▶ [Exercise aim] Your answer is one number, how many lines in the entries include "Rectangle".

------------------------------------------------------------

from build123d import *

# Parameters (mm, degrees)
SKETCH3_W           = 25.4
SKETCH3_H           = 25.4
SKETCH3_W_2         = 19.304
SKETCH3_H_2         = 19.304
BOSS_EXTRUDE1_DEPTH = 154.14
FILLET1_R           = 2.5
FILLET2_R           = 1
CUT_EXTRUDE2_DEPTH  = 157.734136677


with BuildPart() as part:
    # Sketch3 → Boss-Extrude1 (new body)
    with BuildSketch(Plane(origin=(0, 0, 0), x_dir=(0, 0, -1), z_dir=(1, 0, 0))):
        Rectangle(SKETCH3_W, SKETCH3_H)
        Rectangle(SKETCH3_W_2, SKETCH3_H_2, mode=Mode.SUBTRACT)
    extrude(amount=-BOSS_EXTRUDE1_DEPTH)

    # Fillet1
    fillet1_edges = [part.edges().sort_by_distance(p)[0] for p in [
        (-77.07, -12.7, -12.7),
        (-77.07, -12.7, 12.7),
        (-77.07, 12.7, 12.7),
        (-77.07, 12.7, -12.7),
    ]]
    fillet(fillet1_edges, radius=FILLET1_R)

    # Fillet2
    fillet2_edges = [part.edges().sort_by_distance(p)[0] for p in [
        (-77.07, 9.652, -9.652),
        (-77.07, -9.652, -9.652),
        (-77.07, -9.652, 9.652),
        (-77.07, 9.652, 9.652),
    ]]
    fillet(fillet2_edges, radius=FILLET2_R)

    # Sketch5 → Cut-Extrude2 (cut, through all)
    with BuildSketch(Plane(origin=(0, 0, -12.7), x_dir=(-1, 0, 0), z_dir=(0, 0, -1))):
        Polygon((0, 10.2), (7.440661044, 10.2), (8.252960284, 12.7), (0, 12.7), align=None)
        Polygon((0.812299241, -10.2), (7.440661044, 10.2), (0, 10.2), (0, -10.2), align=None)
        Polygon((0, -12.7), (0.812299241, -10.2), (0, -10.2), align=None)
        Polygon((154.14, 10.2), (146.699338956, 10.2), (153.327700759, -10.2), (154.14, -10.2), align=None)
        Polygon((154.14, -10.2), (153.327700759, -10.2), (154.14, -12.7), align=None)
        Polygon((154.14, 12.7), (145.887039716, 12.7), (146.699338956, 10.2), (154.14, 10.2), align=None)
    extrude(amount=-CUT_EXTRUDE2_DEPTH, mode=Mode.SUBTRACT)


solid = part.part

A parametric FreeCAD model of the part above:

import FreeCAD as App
import Part
import Sketcher

V = App.Vector
Q = App.Units.Quantity


def edges_at(feature, points):
    """Names of the edges that pass closest to the given points."""
    edges = feature.Shape.Edges
    near = lambda p: min(range(len(edges)), key=lambda i: edges[i].distToShape(Part.Vertex(*p))[0])
    return sorted({f"Edge{near(p) + 1}" for p in points})

doc = App.newDocument("Part")
body = doc.addObject("PartDesign::Body", "Body")

sketch1 = body.newObject("Sketcher::SketchObject", "Sketch")
sketch1.AttachmentSupport = (doc.getObject("YZ_Plane"), [""])
sketch1.MapMode = "FlatFace"
sketch1.addGeometry(Part.LineSegment(V(12.7, 12.7, 0), V(-12.7, 12.7, 0)), False)
sketch1.addGeometry(Part.LineSegment(V(-12.7, 12.7, 0), V(-12.7, -12.7, 0)), False)
sketch1.addGeometry(Part.LineSegment(V(-12.7, -12.7, 0), V(12.7, -12.7, 0)), False)
sketch1.addGeometry(Part.LineSegment(V(12.7, -12.7, 0), V(12.7, 12.7, 0)), False)
sketch1.addGeometry(Part.LineSegment(V(-9.652, -9.652, 0), V(-9.652, 9.652, 0)), False)
sketch1.addGeometry(Part.LineSegment(V(-9.652, 9.652, 0), V(9.652, 9.652, 0)), False)
sketch1.addGeometry(Part.LineSegment(V(9.652, 9.652, 0), V(9.652, -9.652, 0)), False)
sketch1.addGeometry(Part.LineSegment(V(9.652, -9.652, 0), V(-9.652, -9.652, 0)), False)
sketch1.addConstraint(Sketcher.Constraint("Coincident", 0, 2, 1, 1))
sketch1.addConstraint(Sketcher.Constraint("Coincident", 1, 2, 2, 1))
sketch1.addConstraint(Sketcher.Constraint("Coincident", 2, 2, 3, 1))
sketch1.addConstraint(Sketcher.Constraint("Coincident", 3, 2, 0, 1))
sketch1.addConstraint(Sketcher.Constraint("Coincident", 4, 2, 5, 1))
sketch1.addConstraint(Sketcher.Constraint("Coincident", 5, 2, 6, 1))
sketch1.addConstraint(Sketcher.Constraint("Coincident", 6, 2, 7, 1))
sketch1.addConstraint(Sketcher.Constraint("Coincident", 7, 2, 4, 1))
sketch1.addConstraint(Sketcher.Constraint("Horizontal", 0))
sketch1.addConstraint(Sketcher.Constraint("Vertical", 1))
sketch1.addConstraint(Sketcher.Constraint("Horizontal", 2))
sketch1.addConstraint(Sketcher.Constraint("Vertical", 3))
sketch1.addConstraint(Sketcher.Constraint("Vertical", 4))
sketch1.addConstraint(Sketcher.Constraint("Horizontal", 5))
sketch1.addConstraint(Sketcher.Constraint("Vertical", 6))
sketch1.addConstraint(Sketcher.Constraint("Horizontal", 7))
sketch1.addConstraint(Sketcher.Constraint("Symmetric", 0, 2, 2, 2, -1, 1))
sketch1.addConstraint(Sketcher.Constraint("Symmetric", 4, 2, 6, 2, -1, 1))
sketch1.addConstraint(Sketcher.Constraint("Equal", 2, 1))
sketch1.addConstraint(Sketcher.Constraint("Equal", 7, 4))
sketch1.addConstraint(Sketcher.Constraint("DistanceX", 0, 2, 0, 1, 25.4))
sketch1.addConstraint(Sketcher.Constraint("DistanceX", 5, 1, 5, 2, 19.304))
pad1 = body.newObject("PartDesign::Pad", "Pad")
pad1.Profile = sketch1
pad1.Length = 154.14
pad1.Reversed = True
doc.recompute()

fillet = body.newObject("PartDesign::Fillet", "Fillet")
fillet.Base = (pad1, edges_at(pad1, [
    (-77.07, -12.7, -12.7),
    (-77.07, -12.7, 12.7),
    (-77.07, 12.7, 12.7),
    (-77.07, 12.7, -12.7),
]))
fillet.Radius = 2.5
doc.recompute()

fillet2 = body.newObject("PartDesign::Fillet", "Fillet001")
fillet2.Base = (fillet, edges_at(fillet, [
    (-77.07, 9.652, -9.652),
    (-77.07, -9.652, -9.652),
    (-77.07, -9.652, 9.652),
    (-77.07, 9.652, 9.652),
]))
fillet2.Radius = 1

sketch2 = body.newObject("Sketcher::SketchObject", "Sketch001")
sketch2.AttachmentSupport = (doc.getObject("XY_Plane"), [""])
sketch2.MapMode = "FlatFace"
sketch2.AttachmentOffset = App.Placement(V(0, 0, -12.7), App.Rotation())
sketch2.addGeometry(Part.LineSegment(V(-7.440661, 10.2, 0), V(-8.25296, 12.7, 0)), False)
sketch2.addGeometry(Part.LineSegment(V(-8.25296, 12.7, 0), V(0, 12.7, 0)), False)
sketch2.addGeometry(Part.LineSegment(V(0, 12.7, 0), V(0, -12.7, 0)), False)
sketch2.addGeometry(Part.LineSegment(V(0, -12.7, 0), V(-0.812299, -10.2, 0)), False)
sketch2.addGeometry(Part.LineSegment(V(-0.812299, -10.2, 0), V(-7.440661, 10.2, 0)), False)
sketch2.addGeometry(Part.LineSegment(V(-146.699339, 10.2, 0), V(-153.327701, -10.2, 0)), False)
sketch2.addGeometry(Part.LineSegment(V(-153.327701, -10.2, 0), V(-154.14, -12.7, 0)), False)
sketch2.addGeometry(Part.LineSegment(V(-154.14, -12.7, 0), V(-154.14, 12.7, 0)), False)
sketch2.addGeometry(Part.LineSegment(V(-154.14, 12.7, 0), V(-145.88704, 12.7, 0)), False)
sketch2.addGeometry(Part.LineSegment(V(-145.88704, 12.7, 0), V(-146.699339, 10.2, 0)), False)
sketch2.addConstraint(Sketcher.Constraint("Coincident", 0, 2, 1, 1))
sketch2.addConstraint(Sketcher.Constraint("Coincident", 1, 2, 2, 1))
sketch2.addConstraint(Sketcher.Constraint("Coincident", 2, 2, 3, 1))
sketch2.addConstraint(Sketcher.Constraint("Coincident", 3, 2, 4, 1))
sketch2.addConstraint(Sketcher.Constraint("Coincident", 4, 2, 0, 1))
sketch2.addConstraint(Sketcher.Constraint("Coincident", 5, 2, 6, 1))
sketch2.addConstraint(Sketcher.Constraint("Coincident", 6, 2, 7, 1))
sketch2.addConstraint(Sketcher.Constraint("Coincident", 7, 2, 8, 1))
sketch2.addConstraint(Sketcher.Constraint("Coincident", 8, 2, 9, 1))
sketch2.addConstraint(Sketcher.Constraint("Coincident", 9, 2, 5, 1))
sketch2.addConstraint(Sketcher.Constraint("Horizontal", 1))
sketch2.addConstraint(Sketcher.Constraint("Vertical", 2))
sketch2.addConstraint(Sketcher.Constraint("Vertical", 7))
sketch2.addConstraint(Sketcher.Constraint("Horizontal", 8))
sketch2.addConstraint(Sketcher.Constraint("Symmetric", 1, 2, 2, 2, -1, 1))
sketch2.addConstraint(Sketcher.Constraint("Parallel", 0, 3))
sketch2.addConstraint(Sketcher.Constraint("Parallel", 3, 4))
sketch2.addConstraint(Sketcher.Constraint("Parallel", 5, 6))
sketch2.addConstraint(Sketcher.Constraint("Parallel", 6, 9))
sketch2.addConstraint(Sketcher.Constraint("Horizontal", 3, 2, 5, 2))
sketch2.addConstraint(Sketcher.Constraint("Horizontal", 2, 2, 6, 2))
sketch2.addConstraint(Sketcher.Constraint("Horizontal", 1, 2, 7, 2))
sketch2.addConstraint(Sketcher.Constraint("Horizontal", 4, 2, 9, 2))
sketch2.addConstraint(Sketcher.Constraint("Equal", 1, 8))
sketch2.addConstraint(Sketcher.Constraint("Equal", 0, 3))
sketch2.addConstraint(Sketcher.Constraint("Angle", 0, Q("108 deg")))
sketch2.addConstraint(Sketcher.Constraint("DistanceY", 2, 2, 2, 1, 25.4))
sketch2.addConstraint(Sketcher.Constraint("DistanceY", 3, 2, -1, 1, 10.2))
sketch2.addConstraint(Sketcher.Constraint("DistanceX", 6, 2, -1, 1, 154.14))
pocket1 = body.newObject("PartDesign::Pocket", "Pocket")
pocket1.Profile = sketch2
pocket1.Type = "ThroughAll"
pocket1.Reversed = True

doc.recompute()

------------------------------------------------------------

▶ [Solution for this exercise] 2